In recent years egg freezing methodologies have changed. Prior to vitrification, a slow freezing method was used for egg freezing and it frequently resulted in formation of small ice crystals damaging the egg cell, as the cells are mostly water. Nowadays oocyte vitrification has significantly advanced the outcome of oocyte cryopreservation. This improvement has led to results comparable to those achieved in IVF using fresh egg cells. Various studies have confirmed this.

This possibility has opened a new door for women, but at the same time this situation has led to new debate, both in the professional community and in society at large, about the acceptability of offering this technology to reproductively healthy women who want to freeze their eggs to beat the biological clock.

Women put off becoming mothers because they’re focused on their careers, working toward advanced degrees, travelling the world, or just in a search for the right partner. With egg freezing and new technologies there is more time to change jobs, careers, and partners.

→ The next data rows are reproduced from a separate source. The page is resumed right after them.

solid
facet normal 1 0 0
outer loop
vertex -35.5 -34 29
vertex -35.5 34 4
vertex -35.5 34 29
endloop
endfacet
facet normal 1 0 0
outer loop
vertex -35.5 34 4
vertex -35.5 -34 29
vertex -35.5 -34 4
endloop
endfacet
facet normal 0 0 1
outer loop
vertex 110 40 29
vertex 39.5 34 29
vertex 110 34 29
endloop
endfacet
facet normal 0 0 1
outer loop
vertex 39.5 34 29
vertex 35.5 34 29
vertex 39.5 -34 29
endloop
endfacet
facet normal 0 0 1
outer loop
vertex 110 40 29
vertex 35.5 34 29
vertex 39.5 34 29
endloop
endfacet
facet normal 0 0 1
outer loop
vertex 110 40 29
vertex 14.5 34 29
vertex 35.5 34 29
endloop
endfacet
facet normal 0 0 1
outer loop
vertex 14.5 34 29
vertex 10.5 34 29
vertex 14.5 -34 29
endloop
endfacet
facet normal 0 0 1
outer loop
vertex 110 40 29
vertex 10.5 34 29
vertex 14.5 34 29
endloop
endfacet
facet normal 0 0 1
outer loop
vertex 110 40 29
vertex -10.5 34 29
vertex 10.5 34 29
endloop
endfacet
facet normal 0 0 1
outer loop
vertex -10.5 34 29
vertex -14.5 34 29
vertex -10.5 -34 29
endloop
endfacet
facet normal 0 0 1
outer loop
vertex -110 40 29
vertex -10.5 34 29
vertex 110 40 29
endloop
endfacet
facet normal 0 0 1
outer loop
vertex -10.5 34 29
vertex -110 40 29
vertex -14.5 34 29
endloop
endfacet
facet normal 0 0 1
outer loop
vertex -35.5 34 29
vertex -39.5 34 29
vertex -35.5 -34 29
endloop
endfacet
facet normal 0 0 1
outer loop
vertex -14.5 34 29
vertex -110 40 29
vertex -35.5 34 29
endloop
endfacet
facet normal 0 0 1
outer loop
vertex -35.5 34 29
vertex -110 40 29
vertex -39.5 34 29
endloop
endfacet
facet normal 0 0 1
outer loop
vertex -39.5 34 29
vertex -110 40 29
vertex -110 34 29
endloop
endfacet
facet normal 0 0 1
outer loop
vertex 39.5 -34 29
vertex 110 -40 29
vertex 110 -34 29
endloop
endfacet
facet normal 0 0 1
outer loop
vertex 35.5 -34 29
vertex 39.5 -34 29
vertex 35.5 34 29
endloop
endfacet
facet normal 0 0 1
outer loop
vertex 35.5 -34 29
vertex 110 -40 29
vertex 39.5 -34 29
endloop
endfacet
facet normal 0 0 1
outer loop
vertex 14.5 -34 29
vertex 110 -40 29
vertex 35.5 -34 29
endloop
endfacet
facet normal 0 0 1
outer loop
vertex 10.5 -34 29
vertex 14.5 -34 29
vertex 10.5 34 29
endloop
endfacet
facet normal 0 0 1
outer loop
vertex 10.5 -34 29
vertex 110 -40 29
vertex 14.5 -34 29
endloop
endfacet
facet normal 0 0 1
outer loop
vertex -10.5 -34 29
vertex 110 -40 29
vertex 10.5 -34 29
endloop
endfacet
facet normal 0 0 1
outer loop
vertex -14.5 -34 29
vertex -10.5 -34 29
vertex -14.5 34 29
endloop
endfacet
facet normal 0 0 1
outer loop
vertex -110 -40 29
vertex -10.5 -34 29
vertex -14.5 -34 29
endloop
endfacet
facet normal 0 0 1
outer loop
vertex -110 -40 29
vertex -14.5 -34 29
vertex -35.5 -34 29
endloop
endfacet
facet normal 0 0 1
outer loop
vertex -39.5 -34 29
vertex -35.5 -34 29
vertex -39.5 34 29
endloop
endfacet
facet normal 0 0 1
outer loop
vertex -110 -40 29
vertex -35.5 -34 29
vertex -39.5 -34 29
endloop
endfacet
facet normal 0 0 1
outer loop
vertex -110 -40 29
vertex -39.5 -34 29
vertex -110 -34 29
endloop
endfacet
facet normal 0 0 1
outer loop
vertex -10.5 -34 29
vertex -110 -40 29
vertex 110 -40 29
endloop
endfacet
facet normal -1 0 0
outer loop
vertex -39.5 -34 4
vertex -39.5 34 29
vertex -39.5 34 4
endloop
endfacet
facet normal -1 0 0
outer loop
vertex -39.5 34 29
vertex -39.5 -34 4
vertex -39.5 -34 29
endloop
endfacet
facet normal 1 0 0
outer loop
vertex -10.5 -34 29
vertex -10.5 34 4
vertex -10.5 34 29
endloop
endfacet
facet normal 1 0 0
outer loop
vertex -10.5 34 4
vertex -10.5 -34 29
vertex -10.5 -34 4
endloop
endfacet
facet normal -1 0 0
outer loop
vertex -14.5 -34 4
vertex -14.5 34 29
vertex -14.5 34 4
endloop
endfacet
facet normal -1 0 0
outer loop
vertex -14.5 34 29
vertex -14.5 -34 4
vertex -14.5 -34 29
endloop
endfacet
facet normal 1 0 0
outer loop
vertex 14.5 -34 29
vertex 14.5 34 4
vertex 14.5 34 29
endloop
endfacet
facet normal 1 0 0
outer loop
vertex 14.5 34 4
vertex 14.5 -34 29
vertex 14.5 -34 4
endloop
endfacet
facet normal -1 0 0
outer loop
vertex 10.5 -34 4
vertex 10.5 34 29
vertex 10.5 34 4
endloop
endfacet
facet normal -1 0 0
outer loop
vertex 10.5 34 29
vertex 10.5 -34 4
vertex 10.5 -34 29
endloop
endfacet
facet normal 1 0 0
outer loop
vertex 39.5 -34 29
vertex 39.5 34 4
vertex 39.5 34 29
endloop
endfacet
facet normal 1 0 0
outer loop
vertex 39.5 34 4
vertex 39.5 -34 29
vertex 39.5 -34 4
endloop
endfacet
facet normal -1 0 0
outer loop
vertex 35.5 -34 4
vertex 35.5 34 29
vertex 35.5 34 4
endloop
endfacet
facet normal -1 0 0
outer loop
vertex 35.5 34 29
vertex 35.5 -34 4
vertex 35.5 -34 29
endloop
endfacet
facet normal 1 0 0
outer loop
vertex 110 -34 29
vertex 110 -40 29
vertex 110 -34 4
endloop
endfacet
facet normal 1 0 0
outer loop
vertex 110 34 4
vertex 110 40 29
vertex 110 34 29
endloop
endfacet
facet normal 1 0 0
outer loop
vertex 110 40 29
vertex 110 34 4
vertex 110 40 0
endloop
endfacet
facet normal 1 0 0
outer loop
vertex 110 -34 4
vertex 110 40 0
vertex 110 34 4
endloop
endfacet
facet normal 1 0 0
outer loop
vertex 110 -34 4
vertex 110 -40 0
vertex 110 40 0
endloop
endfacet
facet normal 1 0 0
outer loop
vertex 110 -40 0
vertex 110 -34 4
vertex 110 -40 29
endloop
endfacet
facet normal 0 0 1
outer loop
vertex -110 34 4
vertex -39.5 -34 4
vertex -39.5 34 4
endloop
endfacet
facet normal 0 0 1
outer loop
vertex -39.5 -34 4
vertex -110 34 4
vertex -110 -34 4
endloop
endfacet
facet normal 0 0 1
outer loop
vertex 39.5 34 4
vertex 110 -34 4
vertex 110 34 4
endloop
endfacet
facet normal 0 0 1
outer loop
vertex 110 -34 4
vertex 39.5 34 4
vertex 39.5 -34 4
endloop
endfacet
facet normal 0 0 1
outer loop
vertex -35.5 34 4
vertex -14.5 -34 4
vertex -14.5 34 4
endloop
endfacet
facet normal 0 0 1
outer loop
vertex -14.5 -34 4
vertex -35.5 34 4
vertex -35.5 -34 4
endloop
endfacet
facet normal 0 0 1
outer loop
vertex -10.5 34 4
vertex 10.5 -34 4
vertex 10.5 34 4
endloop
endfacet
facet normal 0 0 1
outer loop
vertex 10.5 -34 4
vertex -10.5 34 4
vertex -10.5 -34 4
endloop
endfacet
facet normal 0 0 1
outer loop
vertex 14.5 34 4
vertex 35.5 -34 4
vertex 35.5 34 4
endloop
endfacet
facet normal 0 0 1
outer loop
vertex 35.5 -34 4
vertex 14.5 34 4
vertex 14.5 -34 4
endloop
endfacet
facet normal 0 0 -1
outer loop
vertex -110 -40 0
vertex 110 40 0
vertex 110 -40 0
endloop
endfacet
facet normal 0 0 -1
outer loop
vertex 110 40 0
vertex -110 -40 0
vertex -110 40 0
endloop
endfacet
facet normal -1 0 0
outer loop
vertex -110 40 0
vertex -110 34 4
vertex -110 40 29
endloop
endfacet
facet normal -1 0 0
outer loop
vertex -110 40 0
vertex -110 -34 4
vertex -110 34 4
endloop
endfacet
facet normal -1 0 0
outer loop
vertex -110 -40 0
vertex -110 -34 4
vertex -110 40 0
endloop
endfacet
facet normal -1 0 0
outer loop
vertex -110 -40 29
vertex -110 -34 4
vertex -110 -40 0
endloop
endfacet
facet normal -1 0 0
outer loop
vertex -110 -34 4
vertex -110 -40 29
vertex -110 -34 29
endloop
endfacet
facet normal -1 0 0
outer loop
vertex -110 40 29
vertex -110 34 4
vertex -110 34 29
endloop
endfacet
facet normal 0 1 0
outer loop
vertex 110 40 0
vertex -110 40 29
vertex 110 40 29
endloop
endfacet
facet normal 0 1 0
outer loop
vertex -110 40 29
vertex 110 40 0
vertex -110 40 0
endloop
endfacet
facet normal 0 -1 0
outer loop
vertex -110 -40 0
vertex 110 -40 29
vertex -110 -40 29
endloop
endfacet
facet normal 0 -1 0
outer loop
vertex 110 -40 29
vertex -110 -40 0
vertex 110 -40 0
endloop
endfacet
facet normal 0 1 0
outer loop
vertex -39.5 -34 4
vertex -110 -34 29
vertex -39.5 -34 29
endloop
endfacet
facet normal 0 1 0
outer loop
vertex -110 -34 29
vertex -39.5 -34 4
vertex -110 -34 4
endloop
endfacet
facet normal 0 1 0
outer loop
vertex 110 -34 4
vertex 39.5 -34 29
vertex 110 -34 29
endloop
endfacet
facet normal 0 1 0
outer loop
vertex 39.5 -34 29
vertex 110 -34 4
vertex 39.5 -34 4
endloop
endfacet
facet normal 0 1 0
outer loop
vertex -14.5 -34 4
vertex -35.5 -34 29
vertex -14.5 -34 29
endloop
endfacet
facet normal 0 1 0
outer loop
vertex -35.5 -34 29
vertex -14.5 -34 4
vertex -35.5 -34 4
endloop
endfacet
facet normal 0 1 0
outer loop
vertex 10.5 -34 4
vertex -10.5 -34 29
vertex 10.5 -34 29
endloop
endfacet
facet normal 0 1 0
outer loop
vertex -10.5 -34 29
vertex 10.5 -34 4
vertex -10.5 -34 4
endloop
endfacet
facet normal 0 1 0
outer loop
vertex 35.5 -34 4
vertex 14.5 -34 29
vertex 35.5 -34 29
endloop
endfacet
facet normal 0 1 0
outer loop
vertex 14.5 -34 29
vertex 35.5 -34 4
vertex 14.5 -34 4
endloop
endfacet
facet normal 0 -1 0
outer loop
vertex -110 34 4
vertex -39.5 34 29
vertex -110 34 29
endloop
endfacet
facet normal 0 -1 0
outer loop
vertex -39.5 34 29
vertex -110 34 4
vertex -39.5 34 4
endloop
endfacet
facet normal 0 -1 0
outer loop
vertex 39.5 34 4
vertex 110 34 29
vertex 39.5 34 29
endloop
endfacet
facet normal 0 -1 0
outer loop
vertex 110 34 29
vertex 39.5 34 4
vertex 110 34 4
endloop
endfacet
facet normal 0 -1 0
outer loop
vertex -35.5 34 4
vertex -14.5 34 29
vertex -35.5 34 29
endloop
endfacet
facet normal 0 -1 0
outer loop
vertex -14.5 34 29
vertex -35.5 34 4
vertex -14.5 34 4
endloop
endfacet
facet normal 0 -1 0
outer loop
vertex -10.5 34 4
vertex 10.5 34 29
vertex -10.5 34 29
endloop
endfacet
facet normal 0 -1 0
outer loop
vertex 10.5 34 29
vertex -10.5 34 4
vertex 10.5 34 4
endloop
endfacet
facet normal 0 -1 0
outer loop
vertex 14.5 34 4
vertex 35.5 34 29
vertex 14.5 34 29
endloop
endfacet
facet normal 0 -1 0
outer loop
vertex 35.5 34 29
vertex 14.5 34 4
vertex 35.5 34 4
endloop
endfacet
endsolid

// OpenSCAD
$fn = 32;

// ----------------------------------------------------------------------
// Rib frame 220 x 80 x 29
// 4 ribs at 25 mm pitch
// ----------------------------------------------------------------------

// --- parameters (mm) ---
frame = [220, 80, 4];  // base plate size (x, y, z)
rail_w = 6;            // side rail width
ribs = 4;              // number of ribs
rib_t = 4;             // rib thickness
rib_h = 25;            // rib height above the base plate
pitch = 25;            // pitch between rib centres

// --- derived feature positions (mm) ---
span = (ribs - 1) * pitch;          // = 75   distance between the outer ribs
origin_x = -span / 2;               // = -37.5   X of the first rib
rib_len = frame[1] - 2 * rail_w + 2;  // = 70   rib length, 1 mm into each rail
feature_centers = [
  [origin_x + 0 * pitch, 0],
  [origin_x + 1 * pitch, 0],
  [origin_x + 2 * pitch, 0],
  [origin_x + 3 * pitch, 0]
];   // rib centre line, drives the rib loop

// base plate, two side rails, then the ribs read straight off feature_centers
union() {
  translate([-frame[0] / 2, -frame[1] / 2, 0]) cube(frame);
  translate([-frame[0] / 2, -frame[1] / 2, 0]) cube([frame[0], rail_w, frame[2] + rib_h]);
  translate([-frame[0] / 2, frame[1] / 2 - rail_w, 0]) cube([frame[0], rail_w, frame[2] + rib_h]);
  for (centre = feature_centers)
    translate([centre[0] - rib_t / 2, centre[1] - rib_len / 2, frame[2] - 1])
      cube([rib_t, rib_len, rib_h + 1]);
}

The option of egg freezing may in fact give them more breathing space, but what about ethical and moral aspects?! There are far too many demands in women’s life calling for simultaneous realization, and many women who want to have children feel considerable pressure to be successful and balance being mothers, career woman and wives at the same time.

The arguments against cryopreservation are not convincing. On the other hand, it seems that we have accepted that egg freezing is an absolute way of becoming a parent, and it is not. It is extremely important to be well informed in order to avoid raising false hopes. While IVF and egg freezing are indeed increasing our chances of becoming a parent later in life, we are still talking about chances not certainty, and we should always have that in mind.

The message must remain that women’s best chances of having a healthy child are through natural reproduction at a relative early age.